_TASK DIRECTIONS_
Instruction for the data below: set down exactly the lines from the line with "f 284 285 557" to the line with "count 16 over", inclusive, and no others.

_Excerpts from a dataset_
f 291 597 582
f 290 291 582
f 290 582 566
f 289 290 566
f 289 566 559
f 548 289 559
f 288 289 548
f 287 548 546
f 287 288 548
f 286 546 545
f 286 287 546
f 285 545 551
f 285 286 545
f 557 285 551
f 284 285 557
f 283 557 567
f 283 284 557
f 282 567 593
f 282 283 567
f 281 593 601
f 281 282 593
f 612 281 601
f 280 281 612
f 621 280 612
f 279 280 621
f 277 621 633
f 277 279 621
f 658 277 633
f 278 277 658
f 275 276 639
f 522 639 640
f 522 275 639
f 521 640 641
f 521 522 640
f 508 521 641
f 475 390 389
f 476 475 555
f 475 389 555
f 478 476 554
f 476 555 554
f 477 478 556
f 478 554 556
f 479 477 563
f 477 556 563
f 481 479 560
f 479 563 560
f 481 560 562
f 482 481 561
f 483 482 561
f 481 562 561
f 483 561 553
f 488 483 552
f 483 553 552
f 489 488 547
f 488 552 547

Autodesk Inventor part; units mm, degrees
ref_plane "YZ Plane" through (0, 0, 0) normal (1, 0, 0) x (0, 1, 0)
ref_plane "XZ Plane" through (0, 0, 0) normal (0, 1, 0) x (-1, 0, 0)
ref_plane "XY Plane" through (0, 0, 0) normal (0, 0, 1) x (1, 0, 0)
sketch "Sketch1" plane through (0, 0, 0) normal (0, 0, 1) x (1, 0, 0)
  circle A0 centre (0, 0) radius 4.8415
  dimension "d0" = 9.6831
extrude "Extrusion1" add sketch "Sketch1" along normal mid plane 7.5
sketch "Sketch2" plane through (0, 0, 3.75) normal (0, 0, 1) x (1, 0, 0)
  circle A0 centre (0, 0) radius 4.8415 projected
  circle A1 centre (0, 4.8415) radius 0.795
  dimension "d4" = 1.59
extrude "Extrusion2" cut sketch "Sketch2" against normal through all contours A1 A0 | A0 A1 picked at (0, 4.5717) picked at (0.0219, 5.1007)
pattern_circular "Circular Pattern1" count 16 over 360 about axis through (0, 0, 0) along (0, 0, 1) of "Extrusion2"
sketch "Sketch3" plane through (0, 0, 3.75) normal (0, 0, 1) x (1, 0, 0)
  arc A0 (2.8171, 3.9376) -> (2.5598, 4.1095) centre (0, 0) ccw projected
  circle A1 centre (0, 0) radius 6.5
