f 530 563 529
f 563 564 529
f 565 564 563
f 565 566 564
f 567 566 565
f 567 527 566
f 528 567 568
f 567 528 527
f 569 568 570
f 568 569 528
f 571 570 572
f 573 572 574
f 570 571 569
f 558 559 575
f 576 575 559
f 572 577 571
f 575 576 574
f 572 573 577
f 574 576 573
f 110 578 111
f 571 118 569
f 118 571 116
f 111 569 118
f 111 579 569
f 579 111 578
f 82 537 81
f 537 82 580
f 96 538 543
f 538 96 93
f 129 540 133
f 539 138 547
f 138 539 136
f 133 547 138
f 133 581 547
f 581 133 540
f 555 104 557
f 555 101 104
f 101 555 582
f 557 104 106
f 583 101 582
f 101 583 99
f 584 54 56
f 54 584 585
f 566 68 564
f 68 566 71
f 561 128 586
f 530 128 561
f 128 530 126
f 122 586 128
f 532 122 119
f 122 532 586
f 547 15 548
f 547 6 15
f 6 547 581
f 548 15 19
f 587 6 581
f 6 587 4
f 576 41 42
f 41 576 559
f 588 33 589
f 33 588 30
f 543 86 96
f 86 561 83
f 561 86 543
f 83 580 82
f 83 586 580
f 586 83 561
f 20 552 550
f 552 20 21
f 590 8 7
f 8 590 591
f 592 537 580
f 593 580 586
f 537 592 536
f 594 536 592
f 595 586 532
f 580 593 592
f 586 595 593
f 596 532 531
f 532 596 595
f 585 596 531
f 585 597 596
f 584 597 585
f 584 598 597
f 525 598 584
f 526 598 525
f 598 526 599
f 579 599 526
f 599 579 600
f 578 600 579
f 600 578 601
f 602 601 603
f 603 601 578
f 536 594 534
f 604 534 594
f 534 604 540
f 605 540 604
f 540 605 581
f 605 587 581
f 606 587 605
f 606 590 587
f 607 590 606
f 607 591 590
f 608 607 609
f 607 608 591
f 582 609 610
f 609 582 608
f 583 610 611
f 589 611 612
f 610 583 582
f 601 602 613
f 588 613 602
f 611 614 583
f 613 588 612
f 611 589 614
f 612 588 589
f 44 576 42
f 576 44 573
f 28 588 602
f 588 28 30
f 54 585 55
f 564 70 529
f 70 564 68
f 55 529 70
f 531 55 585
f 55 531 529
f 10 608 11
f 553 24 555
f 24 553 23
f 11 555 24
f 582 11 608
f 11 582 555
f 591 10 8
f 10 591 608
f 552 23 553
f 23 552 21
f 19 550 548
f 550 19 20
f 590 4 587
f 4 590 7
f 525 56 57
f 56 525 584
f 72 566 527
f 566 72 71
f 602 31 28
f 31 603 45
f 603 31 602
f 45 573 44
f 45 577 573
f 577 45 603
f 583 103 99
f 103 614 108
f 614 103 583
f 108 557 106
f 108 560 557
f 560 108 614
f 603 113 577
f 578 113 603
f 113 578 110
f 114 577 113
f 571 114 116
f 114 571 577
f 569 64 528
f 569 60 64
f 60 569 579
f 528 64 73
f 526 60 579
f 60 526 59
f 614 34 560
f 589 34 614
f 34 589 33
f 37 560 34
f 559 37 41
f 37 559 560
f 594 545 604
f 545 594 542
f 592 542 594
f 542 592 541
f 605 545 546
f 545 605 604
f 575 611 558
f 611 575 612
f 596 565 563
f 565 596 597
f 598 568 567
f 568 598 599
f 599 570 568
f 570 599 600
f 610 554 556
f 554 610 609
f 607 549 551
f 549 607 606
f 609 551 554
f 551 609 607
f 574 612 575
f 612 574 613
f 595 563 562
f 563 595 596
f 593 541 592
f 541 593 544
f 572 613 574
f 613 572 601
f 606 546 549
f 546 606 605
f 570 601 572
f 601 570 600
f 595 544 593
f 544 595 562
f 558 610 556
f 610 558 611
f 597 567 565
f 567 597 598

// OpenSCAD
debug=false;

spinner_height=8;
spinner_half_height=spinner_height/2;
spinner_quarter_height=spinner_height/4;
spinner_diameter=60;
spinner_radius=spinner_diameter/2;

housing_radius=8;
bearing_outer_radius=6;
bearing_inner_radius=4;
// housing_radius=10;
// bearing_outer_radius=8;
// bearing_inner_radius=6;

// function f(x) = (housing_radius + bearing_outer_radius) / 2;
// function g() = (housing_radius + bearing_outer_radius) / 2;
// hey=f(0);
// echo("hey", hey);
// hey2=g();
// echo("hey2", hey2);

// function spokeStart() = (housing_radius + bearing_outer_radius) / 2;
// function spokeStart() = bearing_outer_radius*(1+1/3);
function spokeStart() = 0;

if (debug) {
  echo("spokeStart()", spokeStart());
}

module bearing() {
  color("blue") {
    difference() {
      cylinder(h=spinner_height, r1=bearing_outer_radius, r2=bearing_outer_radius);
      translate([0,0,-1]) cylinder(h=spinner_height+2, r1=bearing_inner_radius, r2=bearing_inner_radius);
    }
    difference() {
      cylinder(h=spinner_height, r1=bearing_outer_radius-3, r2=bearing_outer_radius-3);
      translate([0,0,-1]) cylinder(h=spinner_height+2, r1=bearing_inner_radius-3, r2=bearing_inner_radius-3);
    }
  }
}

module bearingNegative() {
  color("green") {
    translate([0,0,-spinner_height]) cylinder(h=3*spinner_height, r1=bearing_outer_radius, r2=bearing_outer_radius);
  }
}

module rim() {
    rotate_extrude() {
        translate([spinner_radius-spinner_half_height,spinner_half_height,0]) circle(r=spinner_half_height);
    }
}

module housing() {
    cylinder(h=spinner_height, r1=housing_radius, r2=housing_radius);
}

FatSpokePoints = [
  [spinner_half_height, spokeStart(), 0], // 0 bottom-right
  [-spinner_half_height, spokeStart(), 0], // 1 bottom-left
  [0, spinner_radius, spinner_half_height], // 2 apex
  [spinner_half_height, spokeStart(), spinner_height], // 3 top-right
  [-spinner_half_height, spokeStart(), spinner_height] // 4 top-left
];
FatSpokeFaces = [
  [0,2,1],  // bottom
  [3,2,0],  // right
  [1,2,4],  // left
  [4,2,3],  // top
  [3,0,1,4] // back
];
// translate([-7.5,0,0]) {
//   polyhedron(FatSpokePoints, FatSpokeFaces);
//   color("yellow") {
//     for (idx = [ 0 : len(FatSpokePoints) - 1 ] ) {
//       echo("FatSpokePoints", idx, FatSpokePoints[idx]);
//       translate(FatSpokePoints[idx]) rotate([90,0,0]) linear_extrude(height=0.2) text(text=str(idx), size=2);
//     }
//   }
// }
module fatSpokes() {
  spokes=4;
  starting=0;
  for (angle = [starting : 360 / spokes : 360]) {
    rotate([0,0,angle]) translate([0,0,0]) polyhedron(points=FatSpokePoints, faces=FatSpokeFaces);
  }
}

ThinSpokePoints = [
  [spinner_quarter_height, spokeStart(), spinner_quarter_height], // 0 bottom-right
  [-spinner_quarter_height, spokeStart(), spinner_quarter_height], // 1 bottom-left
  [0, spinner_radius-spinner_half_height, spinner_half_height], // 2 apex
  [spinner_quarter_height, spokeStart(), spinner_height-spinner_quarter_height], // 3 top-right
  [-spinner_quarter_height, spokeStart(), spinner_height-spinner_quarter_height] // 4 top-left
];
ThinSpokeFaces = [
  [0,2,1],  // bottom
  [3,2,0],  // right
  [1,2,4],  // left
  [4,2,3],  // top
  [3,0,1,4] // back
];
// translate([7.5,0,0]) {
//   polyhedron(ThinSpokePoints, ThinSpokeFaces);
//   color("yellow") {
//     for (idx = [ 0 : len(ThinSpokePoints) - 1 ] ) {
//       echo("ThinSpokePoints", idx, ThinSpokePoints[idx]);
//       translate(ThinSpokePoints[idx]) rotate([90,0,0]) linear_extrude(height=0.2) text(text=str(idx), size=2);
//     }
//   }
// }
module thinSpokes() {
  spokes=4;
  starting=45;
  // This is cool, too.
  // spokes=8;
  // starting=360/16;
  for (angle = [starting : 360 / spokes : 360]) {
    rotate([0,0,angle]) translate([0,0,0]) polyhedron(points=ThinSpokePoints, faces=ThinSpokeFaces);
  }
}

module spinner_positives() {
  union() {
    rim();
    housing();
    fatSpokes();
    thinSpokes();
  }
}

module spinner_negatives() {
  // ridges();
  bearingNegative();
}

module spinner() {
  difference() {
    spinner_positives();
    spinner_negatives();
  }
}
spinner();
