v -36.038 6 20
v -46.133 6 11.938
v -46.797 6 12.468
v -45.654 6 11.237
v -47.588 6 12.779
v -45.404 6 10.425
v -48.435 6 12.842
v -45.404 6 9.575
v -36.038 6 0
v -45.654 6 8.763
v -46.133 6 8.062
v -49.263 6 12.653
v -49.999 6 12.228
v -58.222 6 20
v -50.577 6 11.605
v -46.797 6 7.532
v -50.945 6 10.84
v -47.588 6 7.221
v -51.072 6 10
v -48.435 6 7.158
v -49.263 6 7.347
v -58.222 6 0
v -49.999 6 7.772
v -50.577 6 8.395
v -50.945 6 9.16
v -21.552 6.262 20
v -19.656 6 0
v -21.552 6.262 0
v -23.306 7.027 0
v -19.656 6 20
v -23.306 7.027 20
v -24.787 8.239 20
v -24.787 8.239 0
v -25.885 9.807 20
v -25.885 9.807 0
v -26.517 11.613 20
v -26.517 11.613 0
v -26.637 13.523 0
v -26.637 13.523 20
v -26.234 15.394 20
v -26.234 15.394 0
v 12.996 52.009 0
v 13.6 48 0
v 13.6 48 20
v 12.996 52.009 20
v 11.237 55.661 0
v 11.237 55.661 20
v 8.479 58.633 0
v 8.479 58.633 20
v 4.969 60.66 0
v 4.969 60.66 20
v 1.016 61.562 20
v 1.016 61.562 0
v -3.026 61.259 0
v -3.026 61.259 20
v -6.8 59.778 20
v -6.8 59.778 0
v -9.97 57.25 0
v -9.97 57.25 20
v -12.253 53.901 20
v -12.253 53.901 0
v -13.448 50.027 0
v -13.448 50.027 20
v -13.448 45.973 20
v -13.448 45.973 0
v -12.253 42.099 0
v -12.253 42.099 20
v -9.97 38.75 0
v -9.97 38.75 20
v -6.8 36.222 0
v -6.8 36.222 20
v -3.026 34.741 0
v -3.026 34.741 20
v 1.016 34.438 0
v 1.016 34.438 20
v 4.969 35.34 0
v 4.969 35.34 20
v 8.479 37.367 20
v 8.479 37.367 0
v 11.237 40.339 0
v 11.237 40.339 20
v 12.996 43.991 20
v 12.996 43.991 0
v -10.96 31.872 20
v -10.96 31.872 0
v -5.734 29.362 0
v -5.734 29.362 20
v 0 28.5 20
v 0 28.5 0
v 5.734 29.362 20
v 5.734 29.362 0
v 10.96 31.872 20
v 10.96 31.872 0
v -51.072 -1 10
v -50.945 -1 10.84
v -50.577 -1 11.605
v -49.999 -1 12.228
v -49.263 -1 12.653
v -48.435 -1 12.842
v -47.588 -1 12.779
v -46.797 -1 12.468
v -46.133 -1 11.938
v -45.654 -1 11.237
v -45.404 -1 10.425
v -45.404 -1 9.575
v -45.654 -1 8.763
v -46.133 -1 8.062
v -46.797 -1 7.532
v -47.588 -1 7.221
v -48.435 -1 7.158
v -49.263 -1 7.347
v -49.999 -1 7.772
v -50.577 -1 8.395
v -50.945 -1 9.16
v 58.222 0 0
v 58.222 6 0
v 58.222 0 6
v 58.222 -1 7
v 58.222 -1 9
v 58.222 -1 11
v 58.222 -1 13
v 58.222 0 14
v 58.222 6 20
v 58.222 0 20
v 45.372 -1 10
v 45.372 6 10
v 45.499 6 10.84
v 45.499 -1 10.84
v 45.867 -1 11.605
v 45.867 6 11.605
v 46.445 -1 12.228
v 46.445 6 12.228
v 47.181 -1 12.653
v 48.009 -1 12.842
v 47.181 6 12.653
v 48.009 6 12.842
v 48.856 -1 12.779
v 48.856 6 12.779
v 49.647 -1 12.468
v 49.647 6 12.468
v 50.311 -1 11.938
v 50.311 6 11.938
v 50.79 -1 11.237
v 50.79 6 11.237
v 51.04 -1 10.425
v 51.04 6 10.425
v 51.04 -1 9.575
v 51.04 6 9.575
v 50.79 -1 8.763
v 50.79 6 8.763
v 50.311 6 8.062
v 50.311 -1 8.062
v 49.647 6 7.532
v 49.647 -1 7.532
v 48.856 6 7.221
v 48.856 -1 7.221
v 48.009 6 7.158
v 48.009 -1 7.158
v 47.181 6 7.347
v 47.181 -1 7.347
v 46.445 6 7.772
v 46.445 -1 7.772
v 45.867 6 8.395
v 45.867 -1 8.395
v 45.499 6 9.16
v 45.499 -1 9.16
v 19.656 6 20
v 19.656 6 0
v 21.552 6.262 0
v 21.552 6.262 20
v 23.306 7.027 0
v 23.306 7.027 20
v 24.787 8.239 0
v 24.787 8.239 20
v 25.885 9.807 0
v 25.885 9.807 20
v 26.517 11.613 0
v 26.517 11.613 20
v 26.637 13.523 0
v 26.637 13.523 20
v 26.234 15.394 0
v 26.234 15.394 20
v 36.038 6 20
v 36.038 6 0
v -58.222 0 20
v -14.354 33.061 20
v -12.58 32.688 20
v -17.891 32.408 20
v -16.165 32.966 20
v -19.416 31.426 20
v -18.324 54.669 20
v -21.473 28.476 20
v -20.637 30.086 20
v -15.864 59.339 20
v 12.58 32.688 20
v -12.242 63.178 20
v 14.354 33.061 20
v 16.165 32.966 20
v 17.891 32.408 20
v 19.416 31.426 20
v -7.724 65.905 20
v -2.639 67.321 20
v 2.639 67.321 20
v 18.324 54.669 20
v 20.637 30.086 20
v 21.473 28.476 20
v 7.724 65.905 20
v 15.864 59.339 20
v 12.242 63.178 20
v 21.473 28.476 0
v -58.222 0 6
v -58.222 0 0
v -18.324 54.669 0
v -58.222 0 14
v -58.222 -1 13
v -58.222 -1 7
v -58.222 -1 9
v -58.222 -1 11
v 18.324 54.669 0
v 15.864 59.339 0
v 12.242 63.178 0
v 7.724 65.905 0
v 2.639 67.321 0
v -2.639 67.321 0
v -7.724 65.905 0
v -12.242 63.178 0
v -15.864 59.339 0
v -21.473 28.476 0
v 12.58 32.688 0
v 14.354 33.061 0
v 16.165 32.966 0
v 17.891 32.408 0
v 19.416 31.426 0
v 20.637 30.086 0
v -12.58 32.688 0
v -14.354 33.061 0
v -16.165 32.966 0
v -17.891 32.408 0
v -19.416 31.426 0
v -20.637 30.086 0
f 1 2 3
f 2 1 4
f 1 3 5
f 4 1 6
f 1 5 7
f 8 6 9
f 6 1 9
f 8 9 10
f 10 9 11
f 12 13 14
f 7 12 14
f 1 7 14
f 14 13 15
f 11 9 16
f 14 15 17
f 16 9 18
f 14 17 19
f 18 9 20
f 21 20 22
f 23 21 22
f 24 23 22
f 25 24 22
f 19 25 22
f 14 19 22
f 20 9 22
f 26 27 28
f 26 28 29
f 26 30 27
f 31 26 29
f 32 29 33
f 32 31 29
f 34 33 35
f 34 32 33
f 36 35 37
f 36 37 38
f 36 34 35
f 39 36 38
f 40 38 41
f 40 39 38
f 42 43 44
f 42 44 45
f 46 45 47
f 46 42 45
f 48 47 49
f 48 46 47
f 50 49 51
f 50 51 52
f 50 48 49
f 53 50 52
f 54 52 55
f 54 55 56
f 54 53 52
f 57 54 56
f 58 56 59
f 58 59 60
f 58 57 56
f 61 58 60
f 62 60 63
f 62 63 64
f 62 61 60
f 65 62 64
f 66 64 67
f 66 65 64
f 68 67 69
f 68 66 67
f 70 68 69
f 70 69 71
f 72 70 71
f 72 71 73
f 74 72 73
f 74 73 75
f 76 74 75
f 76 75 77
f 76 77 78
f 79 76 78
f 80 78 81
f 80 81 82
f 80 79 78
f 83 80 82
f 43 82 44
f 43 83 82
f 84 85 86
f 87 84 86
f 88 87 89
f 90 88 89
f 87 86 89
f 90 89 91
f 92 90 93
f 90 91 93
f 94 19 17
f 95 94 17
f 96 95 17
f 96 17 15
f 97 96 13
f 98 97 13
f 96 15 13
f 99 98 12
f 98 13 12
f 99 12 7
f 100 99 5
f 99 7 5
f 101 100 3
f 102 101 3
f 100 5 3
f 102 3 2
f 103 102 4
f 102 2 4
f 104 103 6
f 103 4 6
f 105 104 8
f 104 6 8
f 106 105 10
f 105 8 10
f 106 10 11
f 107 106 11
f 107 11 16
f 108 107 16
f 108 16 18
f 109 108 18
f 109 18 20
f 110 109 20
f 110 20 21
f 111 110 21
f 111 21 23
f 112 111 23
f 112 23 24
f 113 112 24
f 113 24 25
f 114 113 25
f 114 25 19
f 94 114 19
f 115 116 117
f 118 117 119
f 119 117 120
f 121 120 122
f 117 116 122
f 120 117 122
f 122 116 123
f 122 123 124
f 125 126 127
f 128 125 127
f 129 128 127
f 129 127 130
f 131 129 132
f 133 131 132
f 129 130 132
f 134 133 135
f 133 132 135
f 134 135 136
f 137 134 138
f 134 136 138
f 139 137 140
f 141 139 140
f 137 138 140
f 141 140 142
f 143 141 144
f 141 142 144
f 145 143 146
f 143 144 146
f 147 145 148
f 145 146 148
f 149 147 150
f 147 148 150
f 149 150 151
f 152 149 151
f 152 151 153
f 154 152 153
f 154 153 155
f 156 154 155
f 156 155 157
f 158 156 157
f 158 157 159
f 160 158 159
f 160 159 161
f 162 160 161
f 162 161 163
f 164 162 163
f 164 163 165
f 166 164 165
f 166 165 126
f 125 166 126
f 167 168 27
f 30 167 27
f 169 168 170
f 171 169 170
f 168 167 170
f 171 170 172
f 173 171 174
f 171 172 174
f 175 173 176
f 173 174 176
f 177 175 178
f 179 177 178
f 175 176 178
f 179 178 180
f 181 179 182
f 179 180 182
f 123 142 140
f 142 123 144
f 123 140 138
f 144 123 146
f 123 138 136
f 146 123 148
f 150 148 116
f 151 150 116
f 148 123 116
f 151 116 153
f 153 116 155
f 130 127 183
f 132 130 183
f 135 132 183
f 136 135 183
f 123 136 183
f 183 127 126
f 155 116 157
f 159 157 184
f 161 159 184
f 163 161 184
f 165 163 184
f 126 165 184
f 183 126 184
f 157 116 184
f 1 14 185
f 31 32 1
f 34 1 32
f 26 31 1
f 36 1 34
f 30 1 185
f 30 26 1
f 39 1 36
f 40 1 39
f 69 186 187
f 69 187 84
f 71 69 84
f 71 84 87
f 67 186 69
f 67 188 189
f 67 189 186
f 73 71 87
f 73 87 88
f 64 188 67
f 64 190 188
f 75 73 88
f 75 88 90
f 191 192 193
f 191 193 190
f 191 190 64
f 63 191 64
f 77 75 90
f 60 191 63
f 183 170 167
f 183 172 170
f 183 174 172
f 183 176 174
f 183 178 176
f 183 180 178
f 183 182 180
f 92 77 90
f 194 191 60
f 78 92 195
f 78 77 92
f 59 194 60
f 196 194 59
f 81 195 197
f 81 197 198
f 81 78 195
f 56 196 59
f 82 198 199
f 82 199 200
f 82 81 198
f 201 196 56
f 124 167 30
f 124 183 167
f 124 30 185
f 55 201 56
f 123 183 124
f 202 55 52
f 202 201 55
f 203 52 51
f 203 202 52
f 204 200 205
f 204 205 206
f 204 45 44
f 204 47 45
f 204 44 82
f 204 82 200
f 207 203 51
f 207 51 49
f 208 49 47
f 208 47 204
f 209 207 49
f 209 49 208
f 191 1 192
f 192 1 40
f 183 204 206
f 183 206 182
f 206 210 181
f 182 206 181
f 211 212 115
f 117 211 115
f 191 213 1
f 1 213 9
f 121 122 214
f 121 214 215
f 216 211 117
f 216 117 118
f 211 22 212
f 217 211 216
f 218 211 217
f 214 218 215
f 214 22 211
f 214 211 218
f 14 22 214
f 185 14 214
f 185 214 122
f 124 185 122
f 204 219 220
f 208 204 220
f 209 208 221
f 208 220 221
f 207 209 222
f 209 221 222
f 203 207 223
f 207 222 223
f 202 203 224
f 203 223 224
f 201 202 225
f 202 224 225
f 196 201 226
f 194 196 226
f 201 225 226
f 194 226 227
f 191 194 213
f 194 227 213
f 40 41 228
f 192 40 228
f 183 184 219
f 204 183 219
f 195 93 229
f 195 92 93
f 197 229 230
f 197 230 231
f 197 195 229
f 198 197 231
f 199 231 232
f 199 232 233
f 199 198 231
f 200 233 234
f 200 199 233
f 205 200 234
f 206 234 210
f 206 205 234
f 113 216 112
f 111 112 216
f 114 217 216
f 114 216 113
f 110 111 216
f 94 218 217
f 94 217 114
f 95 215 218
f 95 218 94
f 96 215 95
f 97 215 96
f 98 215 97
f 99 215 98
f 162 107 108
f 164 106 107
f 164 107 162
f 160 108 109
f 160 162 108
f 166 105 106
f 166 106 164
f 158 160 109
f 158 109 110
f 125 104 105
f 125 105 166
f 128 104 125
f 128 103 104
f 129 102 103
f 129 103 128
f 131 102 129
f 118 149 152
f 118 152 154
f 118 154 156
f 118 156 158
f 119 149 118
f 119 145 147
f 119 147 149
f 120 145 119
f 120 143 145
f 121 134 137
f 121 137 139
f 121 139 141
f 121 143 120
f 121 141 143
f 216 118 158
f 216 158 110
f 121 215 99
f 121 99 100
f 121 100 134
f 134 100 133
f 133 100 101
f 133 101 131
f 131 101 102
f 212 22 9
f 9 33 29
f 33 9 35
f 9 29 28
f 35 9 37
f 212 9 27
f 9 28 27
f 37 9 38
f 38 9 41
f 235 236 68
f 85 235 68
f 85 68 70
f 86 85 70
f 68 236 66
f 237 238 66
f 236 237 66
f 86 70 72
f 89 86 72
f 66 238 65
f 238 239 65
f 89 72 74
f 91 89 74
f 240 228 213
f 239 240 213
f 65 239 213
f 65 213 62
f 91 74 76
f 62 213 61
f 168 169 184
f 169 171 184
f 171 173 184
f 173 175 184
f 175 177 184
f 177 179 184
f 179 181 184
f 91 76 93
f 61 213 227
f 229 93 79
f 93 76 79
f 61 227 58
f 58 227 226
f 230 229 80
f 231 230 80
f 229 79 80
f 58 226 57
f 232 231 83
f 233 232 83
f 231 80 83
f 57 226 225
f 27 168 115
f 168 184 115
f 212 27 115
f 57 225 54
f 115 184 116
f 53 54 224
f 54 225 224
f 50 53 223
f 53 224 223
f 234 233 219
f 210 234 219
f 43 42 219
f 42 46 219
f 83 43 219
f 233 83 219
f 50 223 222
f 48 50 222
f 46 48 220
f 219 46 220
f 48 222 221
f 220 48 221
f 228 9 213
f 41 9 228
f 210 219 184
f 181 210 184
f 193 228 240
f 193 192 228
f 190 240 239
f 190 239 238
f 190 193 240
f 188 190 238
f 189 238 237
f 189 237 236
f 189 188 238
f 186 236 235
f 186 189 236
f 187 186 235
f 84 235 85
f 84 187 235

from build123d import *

# Parameters (mm, degrees)
F0_R        = 13.6
F0_W        = 59.3062995352
F0_H        = 6
F1_DEPTH    = 20
F2_R        = 7
F3_W        = 116.4440756161
F3_H        = 2
F4_DEPTH    = 1
F5_T4_DEPTH = 116.4440756161
F5_T9_DEPTH = 116.4440756161
F6_R        = 2.85
F7_DEPTH    = 25


# Not quite as in the source:
# - a fillet or chamfer that OpenCascade refuses, or shapes differently, is made with other operations: its cross-section is extruded or revolved along the edge and cut away or added


with BuildPart() as f1:
    # F0 (on Top) → F1 (new body)
    with BuildSketch(Plane.XY):
        with BuildLine():
            ThreePointArc((17.4985003919, 39.3946247011), (18.9930350082, 43.5824643545), (19.5, 48))
            ThreePointArc((19.5, 48), (19.2037511837, 51.3861394645), (18.3240061053, 54.6693927949))
            ThreePointArc((18.3240061053, 54.6693927949), (0, 67.5), (-18.3240061053, 54.6693927949))
            ThreePointArc((-18.3240061053, 54.6693927949), (-19.4715851439, 46.9476825647), (-17.4985003919, 39.3946247011))
            ThreePointArc((-17.4985003919, 39.3946247011), (0, 28.5), (17.4985003919, 39.3946247011))
        make_face()
        with Locations((0, 48)):
            Circle(F0_R, mode=Mode.SUBTRACT)
        with BuildLine():
            ThreePointArc((-17.4985003919, 39.3946247011), (-19.4715851439, 46.9476825647), (-18.3240061053, 54.6693927949))
            Line((-18.3240061053, 54.6693927949), (-36.0382164025, 6))
            Line((-36.0382164025, 6), (-29.6531497676, 6))
            Line((-29.6531497676, 6), (-17.4985003919, 39.3946247011))
        make_face()
        Polygon((-29.6531497676, 6), (-36.0382164025, 6), (-38.2220378081, 0), (-29.6531497676, 0), align=None)
        Polygon((-38.2220378081, 0), (-36.0382164025, 6), (-58.2220378081, 6), (-58.2220378081, 0), align=None)
        with Locations((0, 3)):
            Rectangle(F0_W, F0_H)
        Polygon((38.2220378081, 0), (36.0382164025, 6), (29.6531497676, 6), (29.6531497676, 0), align=None)
        Polygon((58.2220378081, 6), (36.0382164025, 6), (38.2220378081, 0), (58.2220378081, 0), align=None)
        with BuildLine():
            ThreePointArc((18.3240061053, 54.6693927949), (19.2037511837, 51.3861394645), (19.5, 48))
            ThreePointArc((19.5, 48), (18.9930350082, 43.5824643545), (17.4985003919, 39.3946247011))
            Line((17.4985003919, 39.3946247011), (29.6531497676, 6))
            Line((29.6531497676, 6), (36.0382164025, 6))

_WRITTEN RESPONSE_
f 284 285 557
f 283 557 567
f 283 284 557
f 282 567 593
f 282 283 567
f 281 593 601
f 281 282 593
f 612 281 601
f 280 281 612
f 621 280 612
f 279 280 621
f 277 621 633
f 277 279 621
f 658 277 633
f 278 277 658
f 275 276 639
f 522 639 640
f 522 275 639
f 521 640 641
f 521 522 640
f 508 521 641
f 475 390 389
f 476 475 555
f 475 389 555
f 478 476 554
f 476 555 554
f 477 478 556
f 478 554 556
f 479 477 563
f 477 556 563
f 481 479 560
f 479 563 560
f 481 560 562
f 482 481 561
f 483 482 561
f 481 562 561
f 483 561 553
f 488 483 552
f 483 553 552
f 489 488 547
f 488 552 547

Autodesk Inventor part; units mm, degrees
ref_plane "YZ Plane" through (0, 0, 0) normal (1, 0, 0) x (0, 1, 0)
ref_plane "XZ Plane" through (0, 0, 0) normal (0, 1, 0) x (-1, 0, 0)
ref_plane "XY Plane" through (0, 0, 0) normal (0, 0, 1) x (1, 0, 0)
sketch "Sketch1" plane through (0, 0, 0) normal (0, 0, 1) x (1, 0, 0)
  circle A0 centre (0, 0) radius 4.8415
  dimension "d0" = 9.6831
extrude "Extrusion1" add sketch "Sketch1" along normal mid plane 7.5
sketch "Sketch2" plane through (0, 0, 3.75) normal (0, 0, 1) x (1, 0, 0)
  circle A0 centre (0, 0) radius 4.8415 projected
  circle A1 centre (0, 4.8415) radius 0.795
  dimension "d4" = 1.59
extrude "Extrusion2" cut sketch "Sketch2" against normal through all contours A1 A0 | A0 A1 picked at (0, 4.5717) picked at (0.0219, 5.1007)
pattern_circular "Circular Pattern1" count 16 over 360 about axis through (0, 0, 0) along (0, 0, 1) of "Extrusion2"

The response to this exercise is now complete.